[Start of Attachment]
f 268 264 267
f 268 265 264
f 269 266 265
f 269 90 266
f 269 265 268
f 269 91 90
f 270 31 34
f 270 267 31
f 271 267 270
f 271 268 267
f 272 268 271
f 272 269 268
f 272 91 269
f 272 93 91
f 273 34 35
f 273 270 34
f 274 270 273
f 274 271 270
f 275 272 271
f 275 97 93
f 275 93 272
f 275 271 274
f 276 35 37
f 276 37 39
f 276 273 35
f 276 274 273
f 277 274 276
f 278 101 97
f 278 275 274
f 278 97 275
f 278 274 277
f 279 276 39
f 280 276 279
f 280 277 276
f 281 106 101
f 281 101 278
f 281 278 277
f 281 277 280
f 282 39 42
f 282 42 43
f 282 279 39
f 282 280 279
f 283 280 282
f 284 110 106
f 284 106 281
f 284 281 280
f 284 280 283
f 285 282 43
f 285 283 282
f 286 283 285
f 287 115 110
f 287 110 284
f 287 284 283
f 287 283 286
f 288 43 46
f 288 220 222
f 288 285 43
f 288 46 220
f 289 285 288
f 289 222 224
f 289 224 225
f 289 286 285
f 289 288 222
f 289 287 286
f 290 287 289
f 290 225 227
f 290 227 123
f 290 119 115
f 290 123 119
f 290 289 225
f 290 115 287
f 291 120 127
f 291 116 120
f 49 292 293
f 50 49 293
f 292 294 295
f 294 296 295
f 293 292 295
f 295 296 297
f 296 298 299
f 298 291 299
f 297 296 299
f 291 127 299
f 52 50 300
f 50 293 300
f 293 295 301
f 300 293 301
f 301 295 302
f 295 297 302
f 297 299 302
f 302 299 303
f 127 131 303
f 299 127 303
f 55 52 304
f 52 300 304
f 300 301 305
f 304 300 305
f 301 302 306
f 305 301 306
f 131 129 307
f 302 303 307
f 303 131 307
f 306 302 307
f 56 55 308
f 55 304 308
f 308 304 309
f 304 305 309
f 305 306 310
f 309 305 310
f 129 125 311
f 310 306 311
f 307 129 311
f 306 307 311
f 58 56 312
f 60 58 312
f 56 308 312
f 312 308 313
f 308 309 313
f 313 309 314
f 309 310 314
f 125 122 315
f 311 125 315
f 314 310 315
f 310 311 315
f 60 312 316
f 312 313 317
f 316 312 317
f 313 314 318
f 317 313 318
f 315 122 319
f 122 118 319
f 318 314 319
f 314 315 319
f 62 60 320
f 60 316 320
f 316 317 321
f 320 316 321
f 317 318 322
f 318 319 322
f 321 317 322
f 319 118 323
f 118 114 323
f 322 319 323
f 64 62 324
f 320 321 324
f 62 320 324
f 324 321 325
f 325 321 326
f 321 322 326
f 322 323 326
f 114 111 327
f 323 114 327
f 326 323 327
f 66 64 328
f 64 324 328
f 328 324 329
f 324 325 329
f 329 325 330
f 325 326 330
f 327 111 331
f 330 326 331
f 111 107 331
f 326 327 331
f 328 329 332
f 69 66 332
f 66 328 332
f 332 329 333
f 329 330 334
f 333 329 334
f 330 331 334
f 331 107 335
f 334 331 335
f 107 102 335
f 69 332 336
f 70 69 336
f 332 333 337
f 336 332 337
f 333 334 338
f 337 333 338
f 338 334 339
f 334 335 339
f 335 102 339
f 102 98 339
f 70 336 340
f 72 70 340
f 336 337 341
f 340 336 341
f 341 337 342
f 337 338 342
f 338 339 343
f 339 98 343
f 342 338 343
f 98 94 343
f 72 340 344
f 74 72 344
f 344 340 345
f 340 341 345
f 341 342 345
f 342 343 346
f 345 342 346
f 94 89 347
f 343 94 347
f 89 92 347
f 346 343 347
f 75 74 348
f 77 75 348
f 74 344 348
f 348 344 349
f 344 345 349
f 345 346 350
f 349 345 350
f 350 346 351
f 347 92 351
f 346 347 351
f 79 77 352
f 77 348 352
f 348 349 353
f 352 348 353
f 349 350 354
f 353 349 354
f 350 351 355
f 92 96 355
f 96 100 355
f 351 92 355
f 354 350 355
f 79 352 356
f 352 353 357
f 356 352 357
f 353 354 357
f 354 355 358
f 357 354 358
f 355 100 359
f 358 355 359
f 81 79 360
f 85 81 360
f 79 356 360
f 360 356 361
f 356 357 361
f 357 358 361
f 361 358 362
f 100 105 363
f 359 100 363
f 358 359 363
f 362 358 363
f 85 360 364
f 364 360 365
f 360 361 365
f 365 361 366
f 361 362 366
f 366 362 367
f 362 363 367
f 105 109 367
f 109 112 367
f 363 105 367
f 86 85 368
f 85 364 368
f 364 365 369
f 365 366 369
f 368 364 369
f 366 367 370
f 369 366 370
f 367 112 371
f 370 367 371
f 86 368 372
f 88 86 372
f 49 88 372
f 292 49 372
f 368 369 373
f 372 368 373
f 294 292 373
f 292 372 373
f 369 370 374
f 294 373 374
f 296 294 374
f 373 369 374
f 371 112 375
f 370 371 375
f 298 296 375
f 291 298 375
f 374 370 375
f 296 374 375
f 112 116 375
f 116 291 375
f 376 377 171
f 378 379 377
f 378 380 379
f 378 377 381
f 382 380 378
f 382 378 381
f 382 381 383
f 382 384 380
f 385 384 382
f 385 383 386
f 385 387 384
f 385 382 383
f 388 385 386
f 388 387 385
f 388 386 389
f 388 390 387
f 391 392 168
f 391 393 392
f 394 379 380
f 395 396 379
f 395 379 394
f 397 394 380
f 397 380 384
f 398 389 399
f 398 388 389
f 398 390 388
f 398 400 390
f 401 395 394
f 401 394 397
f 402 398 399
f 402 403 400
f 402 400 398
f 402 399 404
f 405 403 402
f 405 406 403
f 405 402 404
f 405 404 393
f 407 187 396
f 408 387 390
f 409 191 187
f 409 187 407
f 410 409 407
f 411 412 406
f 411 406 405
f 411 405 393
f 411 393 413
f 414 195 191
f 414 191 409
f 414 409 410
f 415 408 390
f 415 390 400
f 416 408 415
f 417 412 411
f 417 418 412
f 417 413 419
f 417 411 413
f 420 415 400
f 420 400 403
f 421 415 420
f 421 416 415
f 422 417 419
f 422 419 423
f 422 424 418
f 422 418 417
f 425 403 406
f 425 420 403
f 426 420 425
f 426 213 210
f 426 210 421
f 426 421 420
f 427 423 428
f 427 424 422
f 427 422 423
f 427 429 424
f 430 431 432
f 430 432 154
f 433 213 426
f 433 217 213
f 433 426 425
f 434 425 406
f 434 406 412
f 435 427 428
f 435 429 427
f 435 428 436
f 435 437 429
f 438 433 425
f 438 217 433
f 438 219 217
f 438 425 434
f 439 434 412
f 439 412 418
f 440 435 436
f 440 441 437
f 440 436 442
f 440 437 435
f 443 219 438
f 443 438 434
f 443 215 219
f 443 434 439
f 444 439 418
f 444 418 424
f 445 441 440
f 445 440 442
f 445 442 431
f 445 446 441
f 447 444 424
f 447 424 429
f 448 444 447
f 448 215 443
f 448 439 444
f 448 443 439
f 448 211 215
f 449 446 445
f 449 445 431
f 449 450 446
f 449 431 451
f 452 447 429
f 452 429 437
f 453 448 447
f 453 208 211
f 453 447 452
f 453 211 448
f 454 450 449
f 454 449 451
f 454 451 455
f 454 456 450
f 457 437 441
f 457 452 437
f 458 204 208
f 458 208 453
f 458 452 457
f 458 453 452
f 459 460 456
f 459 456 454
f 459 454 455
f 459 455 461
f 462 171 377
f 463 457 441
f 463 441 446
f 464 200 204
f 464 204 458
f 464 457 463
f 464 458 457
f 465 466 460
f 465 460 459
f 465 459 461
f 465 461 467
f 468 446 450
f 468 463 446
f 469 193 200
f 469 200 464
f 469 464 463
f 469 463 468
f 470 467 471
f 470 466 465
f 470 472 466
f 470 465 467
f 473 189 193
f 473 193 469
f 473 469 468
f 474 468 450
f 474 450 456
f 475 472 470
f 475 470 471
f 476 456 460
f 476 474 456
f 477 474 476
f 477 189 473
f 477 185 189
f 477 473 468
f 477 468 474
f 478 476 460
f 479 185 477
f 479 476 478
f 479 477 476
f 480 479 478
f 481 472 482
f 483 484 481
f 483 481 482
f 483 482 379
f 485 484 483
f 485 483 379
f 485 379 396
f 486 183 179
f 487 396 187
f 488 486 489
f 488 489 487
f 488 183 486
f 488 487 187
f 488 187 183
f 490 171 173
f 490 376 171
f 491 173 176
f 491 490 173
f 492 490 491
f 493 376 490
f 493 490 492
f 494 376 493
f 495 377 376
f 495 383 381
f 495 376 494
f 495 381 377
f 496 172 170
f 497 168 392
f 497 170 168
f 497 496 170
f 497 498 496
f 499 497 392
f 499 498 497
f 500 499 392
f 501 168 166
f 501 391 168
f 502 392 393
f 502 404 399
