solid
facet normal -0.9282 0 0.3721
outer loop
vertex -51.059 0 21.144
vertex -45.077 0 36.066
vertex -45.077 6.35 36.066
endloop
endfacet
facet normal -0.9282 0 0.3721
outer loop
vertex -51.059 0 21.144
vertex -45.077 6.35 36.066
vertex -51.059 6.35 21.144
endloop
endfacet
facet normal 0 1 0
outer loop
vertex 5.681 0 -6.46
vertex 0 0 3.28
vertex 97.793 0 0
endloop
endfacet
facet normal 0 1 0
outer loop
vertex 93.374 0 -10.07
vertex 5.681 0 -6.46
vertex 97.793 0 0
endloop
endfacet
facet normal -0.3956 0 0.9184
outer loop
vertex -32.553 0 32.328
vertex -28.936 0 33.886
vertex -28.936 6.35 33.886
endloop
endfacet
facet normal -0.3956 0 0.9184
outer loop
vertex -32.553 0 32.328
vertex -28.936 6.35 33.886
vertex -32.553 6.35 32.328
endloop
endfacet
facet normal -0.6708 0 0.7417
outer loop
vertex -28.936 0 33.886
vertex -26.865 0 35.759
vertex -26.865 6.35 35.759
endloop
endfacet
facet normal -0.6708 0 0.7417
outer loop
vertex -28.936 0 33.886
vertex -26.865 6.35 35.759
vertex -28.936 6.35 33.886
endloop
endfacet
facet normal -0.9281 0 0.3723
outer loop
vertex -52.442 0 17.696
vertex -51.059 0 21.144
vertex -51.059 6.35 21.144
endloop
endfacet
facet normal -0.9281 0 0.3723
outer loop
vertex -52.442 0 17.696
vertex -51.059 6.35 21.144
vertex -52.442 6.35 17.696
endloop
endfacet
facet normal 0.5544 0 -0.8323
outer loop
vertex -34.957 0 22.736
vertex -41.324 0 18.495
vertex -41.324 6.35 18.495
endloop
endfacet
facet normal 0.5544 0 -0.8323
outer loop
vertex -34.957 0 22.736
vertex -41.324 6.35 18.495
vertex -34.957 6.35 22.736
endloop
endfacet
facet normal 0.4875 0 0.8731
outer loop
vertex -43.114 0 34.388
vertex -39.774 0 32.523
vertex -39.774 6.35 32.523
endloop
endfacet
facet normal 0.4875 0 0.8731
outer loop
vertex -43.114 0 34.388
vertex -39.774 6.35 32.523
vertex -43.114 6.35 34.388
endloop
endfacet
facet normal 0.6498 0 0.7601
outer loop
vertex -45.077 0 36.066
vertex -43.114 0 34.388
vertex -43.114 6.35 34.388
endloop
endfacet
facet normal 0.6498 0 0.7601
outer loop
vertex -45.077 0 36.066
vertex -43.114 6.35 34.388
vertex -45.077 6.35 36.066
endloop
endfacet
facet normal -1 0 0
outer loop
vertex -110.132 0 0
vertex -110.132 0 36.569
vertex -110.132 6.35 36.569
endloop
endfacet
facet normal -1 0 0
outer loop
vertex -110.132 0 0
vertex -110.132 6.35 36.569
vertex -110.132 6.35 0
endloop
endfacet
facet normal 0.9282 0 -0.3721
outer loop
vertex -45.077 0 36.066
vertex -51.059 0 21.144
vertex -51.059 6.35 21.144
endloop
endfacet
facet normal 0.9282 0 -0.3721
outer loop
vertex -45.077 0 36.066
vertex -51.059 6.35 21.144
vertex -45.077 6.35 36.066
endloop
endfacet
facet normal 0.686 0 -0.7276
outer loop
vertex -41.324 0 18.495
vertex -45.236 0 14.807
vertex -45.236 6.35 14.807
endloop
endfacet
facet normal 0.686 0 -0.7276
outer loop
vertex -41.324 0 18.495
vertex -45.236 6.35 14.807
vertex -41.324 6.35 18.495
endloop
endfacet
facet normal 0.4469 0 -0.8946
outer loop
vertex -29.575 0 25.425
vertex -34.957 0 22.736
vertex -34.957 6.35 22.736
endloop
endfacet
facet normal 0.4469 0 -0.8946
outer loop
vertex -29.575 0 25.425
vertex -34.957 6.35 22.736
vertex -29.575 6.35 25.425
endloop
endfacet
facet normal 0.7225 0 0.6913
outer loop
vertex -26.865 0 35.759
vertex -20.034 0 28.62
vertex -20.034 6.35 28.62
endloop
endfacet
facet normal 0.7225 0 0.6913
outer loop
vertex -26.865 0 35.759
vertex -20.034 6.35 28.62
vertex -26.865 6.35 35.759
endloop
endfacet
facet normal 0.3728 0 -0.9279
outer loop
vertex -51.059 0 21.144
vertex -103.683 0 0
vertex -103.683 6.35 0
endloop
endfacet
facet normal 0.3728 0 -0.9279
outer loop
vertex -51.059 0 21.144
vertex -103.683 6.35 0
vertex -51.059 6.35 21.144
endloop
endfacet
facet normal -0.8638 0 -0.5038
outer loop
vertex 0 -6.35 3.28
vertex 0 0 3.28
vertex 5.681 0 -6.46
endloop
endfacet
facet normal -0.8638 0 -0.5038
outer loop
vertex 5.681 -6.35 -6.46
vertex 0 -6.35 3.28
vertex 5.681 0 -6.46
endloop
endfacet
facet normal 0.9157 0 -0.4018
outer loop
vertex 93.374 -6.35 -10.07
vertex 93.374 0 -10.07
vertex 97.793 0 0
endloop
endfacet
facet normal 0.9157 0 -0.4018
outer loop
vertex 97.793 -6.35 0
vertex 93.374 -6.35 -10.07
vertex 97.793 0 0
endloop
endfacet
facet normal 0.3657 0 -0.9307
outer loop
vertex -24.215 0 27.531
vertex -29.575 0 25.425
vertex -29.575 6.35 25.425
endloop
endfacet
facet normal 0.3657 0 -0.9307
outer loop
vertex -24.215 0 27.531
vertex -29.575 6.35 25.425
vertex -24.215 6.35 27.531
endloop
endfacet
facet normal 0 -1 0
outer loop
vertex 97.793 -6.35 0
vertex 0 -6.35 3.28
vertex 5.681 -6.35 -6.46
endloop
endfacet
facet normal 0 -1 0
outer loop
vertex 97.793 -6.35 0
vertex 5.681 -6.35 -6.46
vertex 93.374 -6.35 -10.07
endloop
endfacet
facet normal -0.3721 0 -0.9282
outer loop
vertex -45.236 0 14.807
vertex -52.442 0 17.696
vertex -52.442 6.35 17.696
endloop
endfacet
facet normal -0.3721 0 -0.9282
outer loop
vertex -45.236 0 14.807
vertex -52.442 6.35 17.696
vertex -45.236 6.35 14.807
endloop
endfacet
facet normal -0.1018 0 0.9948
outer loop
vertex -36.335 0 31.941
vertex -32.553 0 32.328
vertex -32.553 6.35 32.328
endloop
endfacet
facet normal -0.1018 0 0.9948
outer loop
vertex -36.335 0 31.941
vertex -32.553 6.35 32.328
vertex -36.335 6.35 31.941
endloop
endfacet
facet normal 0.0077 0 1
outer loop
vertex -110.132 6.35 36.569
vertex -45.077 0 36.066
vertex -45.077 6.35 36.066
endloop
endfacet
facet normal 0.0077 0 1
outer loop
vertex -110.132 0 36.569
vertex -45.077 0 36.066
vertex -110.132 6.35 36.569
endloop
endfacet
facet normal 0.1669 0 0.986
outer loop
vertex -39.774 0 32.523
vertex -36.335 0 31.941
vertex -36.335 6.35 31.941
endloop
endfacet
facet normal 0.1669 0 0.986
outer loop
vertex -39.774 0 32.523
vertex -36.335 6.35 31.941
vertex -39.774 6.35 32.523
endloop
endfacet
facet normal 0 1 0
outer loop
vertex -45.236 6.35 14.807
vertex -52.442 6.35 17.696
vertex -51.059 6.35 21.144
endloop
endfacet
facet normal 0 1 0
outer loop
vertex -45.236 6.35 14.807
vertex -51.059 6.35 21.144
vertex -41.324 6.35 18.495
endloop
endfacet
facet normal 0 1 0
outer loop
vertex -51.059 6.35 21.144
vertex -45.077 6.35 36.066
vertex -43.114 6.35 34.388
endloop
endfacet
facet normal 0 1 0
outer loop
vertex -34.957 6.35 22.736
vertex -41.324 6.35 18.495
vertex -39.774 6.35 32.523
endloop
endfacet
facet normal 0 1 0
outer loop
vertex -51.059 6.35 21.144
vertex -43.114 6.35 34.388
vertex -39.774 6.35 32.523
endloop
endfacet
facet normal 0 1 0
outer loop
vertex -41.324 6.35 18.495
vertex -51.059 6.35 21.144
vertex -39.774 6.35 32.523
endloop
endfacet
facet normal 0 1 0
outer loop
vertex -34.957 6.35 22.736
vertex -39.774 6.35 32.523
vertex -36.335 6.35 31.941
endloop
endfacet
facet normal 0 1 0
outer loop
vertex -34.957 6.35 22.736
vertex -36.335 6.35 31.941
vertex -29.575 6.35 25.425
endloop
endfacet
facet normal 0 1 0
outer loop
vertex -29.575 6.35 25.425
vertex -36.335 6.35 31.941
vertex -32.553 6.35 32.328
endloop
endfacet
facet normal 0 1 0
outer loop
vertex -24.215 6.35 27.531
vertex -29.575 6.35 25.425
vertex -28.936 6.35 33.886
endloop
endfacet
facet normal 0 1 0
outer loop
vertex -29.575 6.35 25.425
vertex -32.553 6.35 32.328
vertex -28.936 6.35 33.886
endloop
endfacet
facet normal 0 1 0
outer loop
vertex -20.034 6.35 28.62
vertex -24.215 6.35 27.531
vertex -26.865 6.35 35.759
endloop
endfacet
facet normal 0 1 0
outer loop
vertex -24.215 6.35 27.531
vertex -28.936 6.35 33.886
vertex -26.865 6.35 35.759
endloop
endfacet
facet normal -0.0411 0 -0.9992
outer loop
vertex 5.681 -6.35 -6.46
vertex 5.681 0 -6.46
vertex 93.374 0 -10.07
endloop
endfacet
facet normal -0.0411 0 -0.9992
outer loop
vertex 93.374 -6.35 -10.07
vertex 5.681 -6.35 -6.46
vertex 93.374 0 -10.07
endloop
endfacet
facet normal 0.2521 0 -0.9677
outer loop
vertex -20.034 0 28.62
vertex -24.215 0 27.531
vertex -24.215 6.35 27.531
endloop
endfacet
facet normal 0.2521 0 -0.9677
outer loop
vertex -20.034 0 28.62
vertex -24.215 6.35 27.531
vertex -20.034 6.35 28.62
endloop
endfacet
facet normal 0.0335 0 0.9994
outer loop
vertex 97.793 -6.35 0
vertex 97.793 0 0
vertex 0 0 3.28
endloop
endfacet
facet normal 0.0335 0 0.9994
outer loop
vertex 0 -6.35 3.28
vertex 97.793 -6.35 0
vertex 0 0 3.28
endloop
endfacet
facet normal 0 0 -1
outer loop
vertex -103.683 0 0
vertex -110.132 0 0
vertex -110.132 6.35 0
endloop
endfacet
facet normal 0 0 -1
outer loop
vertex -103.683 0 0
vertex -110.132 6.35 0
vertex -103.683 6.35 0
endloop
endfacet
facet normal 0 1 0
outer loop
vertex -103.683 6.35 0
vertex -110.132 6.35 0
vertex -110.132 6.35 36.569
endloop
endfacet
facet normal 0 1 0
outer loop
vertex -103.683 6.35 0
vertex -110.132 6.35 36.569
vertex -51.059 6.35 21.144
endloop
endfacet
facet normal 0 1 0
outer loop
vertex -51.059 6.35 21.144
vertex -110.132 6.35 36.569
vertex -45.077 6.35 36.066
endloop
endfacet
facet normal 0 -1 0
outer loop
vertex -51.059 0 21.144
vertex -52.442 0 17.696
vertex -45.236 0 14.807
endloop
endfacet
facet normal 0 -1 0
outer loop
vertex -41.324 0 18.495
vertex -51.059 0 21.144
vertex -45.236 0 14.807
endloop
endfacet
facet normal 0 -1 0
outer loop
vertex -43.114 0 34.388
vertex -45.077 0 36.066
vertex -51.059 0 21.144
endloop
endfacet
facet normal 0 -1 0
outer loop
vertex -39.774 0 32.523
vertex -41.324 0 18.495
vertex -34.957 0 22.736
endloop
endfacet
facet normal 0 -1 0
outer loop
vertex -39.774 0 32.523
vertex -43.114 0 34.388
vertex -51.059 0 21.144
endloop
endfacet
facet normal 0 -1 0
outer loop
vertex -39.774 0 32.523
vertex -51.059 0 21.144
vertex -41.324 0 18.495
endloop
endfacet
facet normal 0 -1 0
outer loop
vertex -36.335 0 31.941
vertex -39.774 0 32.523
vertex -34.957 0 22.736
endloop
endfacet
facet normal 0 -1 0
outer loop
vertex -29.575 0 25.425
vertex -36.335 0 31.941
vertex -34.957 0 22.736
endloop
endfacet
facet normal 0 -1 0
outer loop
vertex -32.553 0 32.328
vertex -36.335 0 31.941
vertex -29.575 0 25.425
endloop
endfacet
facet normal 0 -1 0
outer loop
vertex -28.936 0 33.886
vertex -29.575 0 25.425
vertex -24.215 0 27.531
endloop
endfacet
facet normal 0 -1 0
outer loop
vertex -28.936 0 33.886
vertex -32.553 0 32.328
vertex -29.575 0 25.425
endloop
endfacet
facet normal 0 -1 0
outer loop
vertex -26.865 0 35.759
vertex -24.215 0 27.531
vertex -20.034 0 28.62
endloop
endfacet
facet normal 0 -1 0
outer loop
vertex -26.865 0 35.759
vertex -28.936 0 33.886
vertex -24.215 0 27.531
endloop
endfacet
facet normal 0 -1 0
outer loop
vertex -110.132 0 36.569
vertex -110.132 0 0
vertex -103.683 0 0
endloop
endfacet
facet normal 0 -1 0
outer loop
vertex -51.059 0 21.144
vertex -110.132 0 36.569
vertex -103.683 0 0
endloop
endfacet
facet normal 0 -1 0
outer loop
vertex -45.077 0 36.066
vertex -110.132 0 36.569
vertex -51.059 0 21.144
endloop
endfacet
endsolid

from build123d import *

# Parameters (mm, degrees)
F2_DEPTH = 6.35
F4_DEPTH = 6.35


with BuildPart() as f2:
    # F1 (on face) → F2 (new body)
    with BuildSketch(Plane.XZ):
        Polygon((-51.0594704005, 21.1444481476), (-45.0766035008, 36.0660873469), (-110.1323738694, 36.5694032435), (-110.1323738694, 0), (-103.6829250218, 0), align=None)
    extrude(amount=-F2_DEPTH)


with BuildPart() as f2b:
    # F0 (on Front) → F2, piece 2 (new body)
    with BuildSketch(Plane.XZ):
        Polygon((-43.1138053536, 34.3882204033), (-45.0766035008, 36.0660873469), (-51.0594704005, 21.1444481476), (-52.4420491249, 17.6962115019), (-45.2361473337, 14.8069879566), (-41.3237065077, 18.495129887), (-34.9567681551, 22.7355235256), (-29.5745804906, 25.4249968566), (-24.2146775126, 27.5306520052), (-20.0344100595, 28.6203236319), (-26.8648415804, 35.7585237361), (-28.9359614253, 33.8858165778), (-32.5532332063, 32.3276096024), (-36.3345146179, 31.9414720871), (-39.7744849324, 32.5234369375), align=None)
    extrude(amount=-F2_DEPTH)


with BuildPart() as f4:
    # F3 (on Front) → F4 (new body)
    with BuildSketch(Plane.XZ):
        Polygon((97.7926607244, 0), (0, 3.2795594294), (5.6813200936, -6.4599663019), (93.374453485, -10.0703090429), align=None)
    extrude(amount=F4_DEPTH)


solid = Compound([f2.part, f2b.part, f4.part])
[End of Attachment]
*Instructions to follow*
Begin at the top of the records above and quote each line exactly, ending with the line that contains "f 276 35 37".

*Exercise response*
f 268 264 267
f 268 265 264
f 269 266 265
f 269 90 266
f 269 265 268
f 269 91 90
f 270 31 34
f 270 267 31
f 271 267 270
f 271 268 267
f 272 268 271
f 272 269 268
f 272 91 269
f 272 93 91
f 273 34 35
f 273 270 34
f 274 270 273
f 274 271 270
f 275 272 271
f 275 97 93
f 275 93 272
f 275 271 274
f 276 35 37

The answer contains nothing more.